[Saved data entries]
_ _ _ _ _ _ _

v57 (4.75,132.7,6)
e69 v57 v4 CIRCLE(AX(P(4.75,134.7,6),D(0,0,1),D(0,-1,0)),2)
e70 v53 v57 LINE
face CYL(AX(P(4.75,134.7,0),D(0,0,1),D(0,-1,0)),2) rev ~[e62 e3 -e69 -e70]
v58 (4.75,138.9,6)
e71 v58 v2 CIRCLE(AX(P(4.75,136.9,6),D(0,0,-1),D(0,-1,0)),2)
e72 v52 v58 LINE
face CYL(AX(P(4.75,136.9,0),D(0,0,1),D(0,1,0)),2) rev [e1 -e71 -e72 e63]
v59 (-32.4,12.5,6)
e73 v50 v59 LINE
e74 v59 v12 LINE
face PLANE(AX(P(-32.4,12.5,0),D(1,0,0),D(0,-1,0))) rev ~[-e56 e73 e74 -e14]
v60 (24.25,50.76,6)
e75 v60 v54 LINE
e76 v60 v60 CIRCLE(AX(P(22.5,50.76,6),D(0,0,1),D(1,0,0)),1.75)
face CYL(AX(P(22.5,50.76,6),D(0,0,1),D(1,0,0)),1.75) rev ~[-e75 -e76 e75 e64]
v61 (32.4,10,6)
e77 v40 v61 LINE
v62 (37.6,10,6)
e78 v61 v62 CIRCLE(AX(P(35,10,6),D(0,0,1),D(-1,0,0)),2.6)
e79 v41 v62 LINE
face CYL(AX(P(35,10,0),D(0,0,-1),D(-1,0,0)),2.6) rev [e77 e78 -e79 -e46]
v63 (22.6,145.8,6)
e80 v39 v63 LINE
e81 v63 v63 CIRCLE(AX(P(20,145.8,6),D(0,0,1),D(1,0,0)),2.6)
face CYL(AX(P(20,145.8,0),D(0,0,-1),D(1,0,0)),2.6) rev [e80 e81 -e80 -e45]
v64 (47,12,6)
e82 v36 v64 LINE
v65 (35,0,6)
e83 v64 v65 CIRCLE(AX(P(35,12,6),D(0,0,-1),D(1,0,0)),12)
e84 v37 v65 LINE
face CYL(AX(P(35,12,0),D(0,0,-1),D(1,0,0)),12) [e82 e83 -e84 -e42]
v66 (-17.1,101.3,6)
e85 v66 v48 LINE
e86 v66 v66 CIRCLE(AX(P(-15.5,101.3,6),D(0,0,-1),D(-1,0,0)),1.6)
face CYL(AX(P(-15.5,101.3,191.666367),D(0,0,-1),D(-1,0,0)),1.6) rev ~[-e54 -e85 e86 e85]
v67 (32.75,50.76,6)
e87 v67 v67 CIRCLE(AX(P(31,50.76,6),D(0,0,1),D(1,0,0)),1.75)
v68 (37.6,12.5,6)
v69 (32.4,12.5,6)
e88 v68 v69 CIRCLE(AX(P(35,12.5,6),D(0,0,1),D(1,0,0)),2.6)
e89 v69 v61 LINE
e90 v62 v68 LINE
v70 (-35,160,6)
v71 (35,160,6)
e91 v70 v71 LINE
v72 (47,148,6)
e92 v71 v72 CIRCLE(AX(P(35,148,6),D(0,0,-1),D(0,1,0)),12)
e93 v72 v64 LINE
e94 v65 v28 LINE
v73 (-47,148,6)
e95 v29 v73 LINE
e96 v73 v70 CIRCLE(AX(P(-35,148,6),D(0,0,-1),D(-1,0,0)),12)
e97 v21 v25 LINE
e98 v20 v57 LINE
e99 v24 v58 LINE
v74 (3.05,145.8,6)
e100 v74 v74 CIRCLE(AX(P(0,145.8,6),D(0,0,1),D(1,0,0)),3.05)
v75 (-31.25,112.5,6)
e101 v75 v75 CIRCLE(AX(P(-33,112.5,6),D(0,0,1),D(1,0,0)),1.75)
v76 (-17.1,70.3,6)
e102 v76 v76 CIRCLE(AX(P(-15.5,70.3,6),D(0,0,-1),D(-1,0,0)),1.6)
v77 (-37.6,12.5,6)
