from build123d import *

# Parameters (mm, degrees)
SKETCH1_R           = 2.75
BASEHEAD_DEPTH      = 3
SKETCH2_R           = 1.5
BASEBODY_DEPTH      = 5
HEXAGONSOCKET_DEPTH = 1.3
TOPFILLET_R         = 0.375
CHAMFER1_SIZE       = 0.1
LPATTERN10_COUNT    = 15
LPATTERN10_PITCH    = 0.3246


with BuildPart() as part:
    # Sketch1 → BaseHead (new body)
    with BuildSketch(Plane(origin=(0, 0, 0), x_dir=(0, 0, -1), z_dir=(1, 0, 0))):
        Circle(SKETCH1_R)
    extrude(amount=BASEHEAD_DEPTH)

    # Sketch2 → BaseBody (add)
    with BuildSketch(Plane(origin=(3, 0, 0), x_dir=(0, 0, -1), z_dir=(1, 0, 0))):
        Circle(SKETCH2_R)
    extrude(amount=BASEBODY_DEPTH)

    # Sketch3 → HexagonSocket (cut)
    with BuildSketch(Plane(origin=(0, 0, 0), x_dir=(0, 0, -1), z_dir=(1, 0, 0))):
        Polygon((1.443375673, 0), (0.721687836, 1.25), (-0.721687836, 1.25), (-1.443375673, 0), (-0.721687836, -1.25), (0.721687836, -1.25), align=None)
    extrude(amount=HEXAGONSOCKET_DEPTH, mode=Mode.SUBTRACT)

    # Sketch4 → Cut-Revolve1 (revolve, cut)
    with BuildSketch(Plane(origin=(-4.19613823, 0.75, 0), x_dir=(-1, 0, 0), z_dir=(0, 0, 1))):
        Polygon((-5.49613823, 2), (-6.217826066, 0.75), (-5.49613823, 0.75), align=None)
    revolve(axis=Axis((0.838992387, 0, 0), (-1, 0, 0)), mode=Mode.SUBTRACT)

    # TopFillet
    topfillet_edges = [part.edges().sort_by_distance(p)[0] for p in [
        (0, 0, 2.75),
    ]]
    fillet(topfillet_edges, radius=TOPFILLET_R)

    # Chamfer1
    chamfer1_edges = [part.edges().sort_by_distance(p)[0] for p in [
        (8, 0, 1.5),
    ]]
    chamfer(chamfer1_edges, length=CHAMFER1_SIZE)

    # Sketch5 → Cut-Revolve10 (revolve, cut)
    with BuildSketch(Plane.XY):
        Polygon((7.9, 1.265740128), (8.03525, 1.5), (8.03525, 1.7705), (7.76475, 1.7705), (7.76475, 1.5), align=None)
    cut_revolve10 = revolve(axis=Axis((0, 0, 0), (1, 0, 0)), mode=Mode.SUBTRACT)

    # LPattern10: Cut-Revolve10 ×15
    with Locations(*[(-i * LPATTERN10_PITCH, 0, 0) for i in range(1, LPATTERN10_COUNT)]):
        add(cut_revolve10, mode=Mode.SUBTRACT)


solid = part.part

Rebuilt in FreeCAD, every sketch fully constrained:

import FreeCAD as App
import Part
import Sketcher
from FreeCAD import Vector
Q = App.Units.Quantity


def edges_at(feature, points):
    """Names of the edges that pass closest to the given points."""
    edges = feature.Shape.Edges
    near = lambda p: min(range(len(edges)), key=lambda i: edges[i].distToShape(Part.Vertex(*p))[0])
    return sorted({f"Edge{near(p) + 1}" for p in points})


def add_polygon(sketch, points):
    """Adds a closed chain of lines whose ends are joined by coincident constraints."""
    first, n = sketch.GeometryCount, len(points)
    for a, b in zip(points, points[1:] + points[:1]):
        sketch.addGeometry(Part.LineSegment(App.Vector(*a, 0), App.Vector(*b, 0)), False)
    for i in range(n):
        sketch.addConstraint(Sketcher.Constraint("Coincident", first + i, 2, first + (i + 1) % n, 1))

doc = App.newDocument("Part")
params = doc.addObject("Spreadsheet::Sheet", "Params")
for row, (alias, value) in enumerate([
    ("sketch1_diameter", "5.5 mm"),
    ("pad1_length", "3 mm"),
    ("sketch2_diameter", "3 mm"),
    ("pad2_length", "5 mm"),
    ("pocket1_length", "1.3 mm"),
    ("sketch4_height", "1.25 mm"),
    ("groove_angle", "360 deg"),
    ("fillet_radius", "0.375 mm"),
    ("chamfer_size", "0.1 mm"),
    ("groove2_angle", "360 deg"),
    ("linearpattern_pitch", "0.3246 mm"),
], start=1):
    params.set(f"A{row}", alias)
    params.set(f"B{row}", "=" + value)
    params.setAlias(f"B{row}", alias)

body = doc.addObject("PartDesign::Body", "Body")

# Sketch on YZ plane
sketch1 = doc.addObject("Sketcher::SketchObject", "Sketch")
body.addObject(sketch1)
sketch1.AttachmentSupport = (doc.YZ_Plane, [""])
sketch1.MapMode = "FlatFace"
sketch1.addGeometry(Part.Circle(Vector(0, 0, 0), Vector(0, 0, 1), 2.8), False)
sketch1.addConstraint(Sketcher.Constraint("Coincident", 0, 3, -1, 1))
sketch1.addConstraint(Sketcher.Constraint("Diameter", 0, 5.5))
sketch1.setExpression("Constraints[1]", "Params.sketch1_diameter")
pad1 = doc.addObject("PartDesign::Pad", "Pad")
body.addObject(pad1)
pad1.Profile = sketch1
pad1.setExpression("Length", "Params.pad1_length")

# Sketch on YZ plane
sketch2 = doc.addObject("Sketcher::SketchObject", "Sketch001")
body.addObject(sketch2)
sketch2.AttachmentSupport = (doc.YZ_Plane, [""])
sketch2.MapMode = "FlatFace"
sketch2.AttachmentOffset = App.Placement(Vector(0, 0, 3), App.Rotation())
sketch2.addGeometry(Part.Circle(Vector(0, 0, 0), Vector(0, 0, 1), 1.5), False)
sketch2.addConstraint(Sketcher.Constraint("Coincident", 0, 3, -1, 1))
sketch2.addConstraint(Sketcher.Constraint("Diameter", 0, 3.0))
sketch2.setExpression("Constraints[1]", "Params.sketch2_diameter")
pad2 = doc.addObject("PartDesign::Pad", "Pad001")
body.addObject(pad2)
pad2.Profile = sketch2
pad2.setExpression("Length", "Params.pad2_length")

# Sketch on YZ plane
sketch3 = doc.addObject("Sketcher::SketchObject", "Sketch002")
body.addObject(sketch3)
sketch3.AttachmentSupport = (doc.YZ_Plane, [""])
sketch3.MapMode = "FlatFace"
add_polygon(sketch3, [(0, -1.4), (1.2, -0.7), (1.2, 0.7), (0, 1.4), (-1.2, 0.7), (-1.2, -0.7)])  # lines 0-5
sketch3.addConstraint(Sketcher.Constraint("Vertical", 1))
sketch3.addConstraint(Sketcher.Constraint("Vertical", 4))
sketch3.addConstraint(Sketcher.Constraint("Symmetric", 0, 2, 3, 2, -1, 1))
sketch3.addConstraint(Sketcher.Constraint("Symmetric", 2, 2, 5, 2, -1, 1))
sketch3.addConstraint(Sketcher.Constraint("PointOnObject", 2, 2, -2))
sketch3.addConstraint(Sketcher.Constraint("Parallel", 2, 5))
sketch3.addConstraint(Sketcher.Constraint("Horizontal", 1, 2, 3, 2))
sketch3.addConstraint(Sketcher.Constraint("Angle", 0, Q("30 deg")))
sketch3.addConstraint(Sketcher.Constraint("DistanceX", 3, 2, 1, 2, 2.5))
sketch3.addConstraint(Sketcher.Constraint("DistanceY", 1, 1, 1, 2, 1.443376))
pocket1 = doc.addObject("PartDesign::Pocket", "Pocket")
body.addObject(pocket1)
pocket1.Profile = sketch3
pocket1.setExpression("Length", "Params.pocket1_length")
pocket1.Reversed = True

# Sketch on XY plane
sketch4 = doc.addObject("Sketcher::SketchObject", "Sketch003")
body.addObject(sketch4)
sketch4.AttachmentSupport = (doc.XY_Plane, [""])
sketch4.MapMode = "FlatFace"
add_polygon(sketch4, [(1.3, -1.2), (2, 0), (1.3, 0)])  # lines 0-2
sketch4.addConstraint(Sketcher.Constraint("Horizontal", 1))
sketch4.addConstraint(Sketcher.Constraint("Vertical", 2))
sketch4.addConstraint(Sketcher.Constraint("PointOnObject", 0, 2, -1))
sketch4.addConstraint(Sketcher.Constraint("Angle", 0, Q("60 deg")))
sketch4.addConstraint(Sketcher.Constraint("DistanceY", 2, 2, 2, 1, 1.25))
sketch4.addConstraint(Sketcher.Constraint("DistanceX", -1, 1, 1, 2, 1.3))
sketch4.setExpression("Constraints[7]", "Params.sketch4_height")
groove = doc.addObject("PartDesign::Groove", "Groove")
body.addObject(groove)
groove.Profile = sketch4
groove.ReferenceAxis = (sketch4, ["H_Axis"])
groove.setExpression("Angle", "Params.groove_angle")
doc.recompute()

fillet = doc.addObject("PartDesign::Fillet", "Fillet")
body.addObject(fillet)
fillet.Base = (groove, edges_at(groove, [(0, 0, 2.75)]))
fillet.setExpression("Radius", "Params.fillet_radius")
doc.recompute()

chamfer = doc.addObject("PartDesign::Chamfer", "Chamfer")
body.addObject(chamfer)
chamfer.Base = (fillet, edges_at(fillet, [(8, 0, 1.5)]))
chamfer.setExpression("Size", "Params.chamfer_size")

# Sketch on XY plane
sketch5 = doc.addObject("Sketcher::SketchObject", "Sketch004")
body.addObject(sketch5)
sketch5.AttachmentSupport = (doc.XY_Plane, [""])
sketch5.MapMode = "FlatFace"
add_polygon(sketch5, [(7.9, 1.27), (8.04, 1.5), (8.04, 1.77), (7.76, 1.77), (7.76, 1.5)])  # lines 0-4
sketch5.addConstraint(Sketcher.Constraint("Vertical", 1))
sketch5.addConstraint(Sketcher.Constraint("Horizontal", 2))
sketch5.addConstraint(Sketcher.Constraint("Vertical", 3))
sketch5.addConstraint(Sketcher.Constraint("Horizontal", 0, 2, 3, 2))
sketch5.addConstraint(Sketcher.Constraint("Equal", 2, 1))
sketch5.addConstraint(Sketcher.Constraint("Equal", 0, 4))
sketch5.addConstraint(Sketcher.Constraint("Angle", 0, Q("60 deg")))
sketch5.addConstraint(Sketcher.Constraint("DistanceY", -1, 1, 0, 2, 1.5))
sketch5.addConstraint(Sketcher.Constraint("DistanceX", -1, 1, 4, 2, 7.9))
sketch5.addConstraint(Sketcher.Constraint("DistanceX", 2, 2, 2, 1, 0.2705))
groove2 = doc.addObject("PartDesign::Groove", "Groove001")
body.addObject(groove2)
groove2.Profile = sketch5
groove2.ReferenceAxis = (sketch5, ["H_Axis"])
groove2.setExpression("Angle", "Params.groove2_angle")
doc.recompute()

linearpattern = doc.addObject("PartDesign::LinearPattern", "LinearPattern")
body.addObject(linearpattern)
linearpattern.Originals = [groove2]
linearpattern.Direction = (doc.X_Axis, [""])
linearpattern.Mode = "offset"
linearpattern.setExpression("Offset", "Params.linearpattern_pitch")
linearpattern.Occurrences = 15
linearpattern.Reversed = True
body.Tip = linearpattern

doc.recompute()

_ _ _ _ _ _ _

• Problem details
Using the data above, repeat exactly the lines that begin at the line with "extrude(amount=BASEHEAD_DEPTH)" and end at the line with "# Sketch3 → HexagonSocket (cut)", both ends included.

• Result below
    extrude(amount=BASEHEAD_DEPTH)

    # Sketch2 → BaseBody (add)
    with BuildSketch(Plane(origin=(3, 0, 0), x_dir=(0, 0, -1), z_dir=(1, 0, 0))):
        Circle(SKETCH2_R)
    extrude(amount=BASEBODY_DEPTH)

    # Sketch3 → HexagonSocket (cut)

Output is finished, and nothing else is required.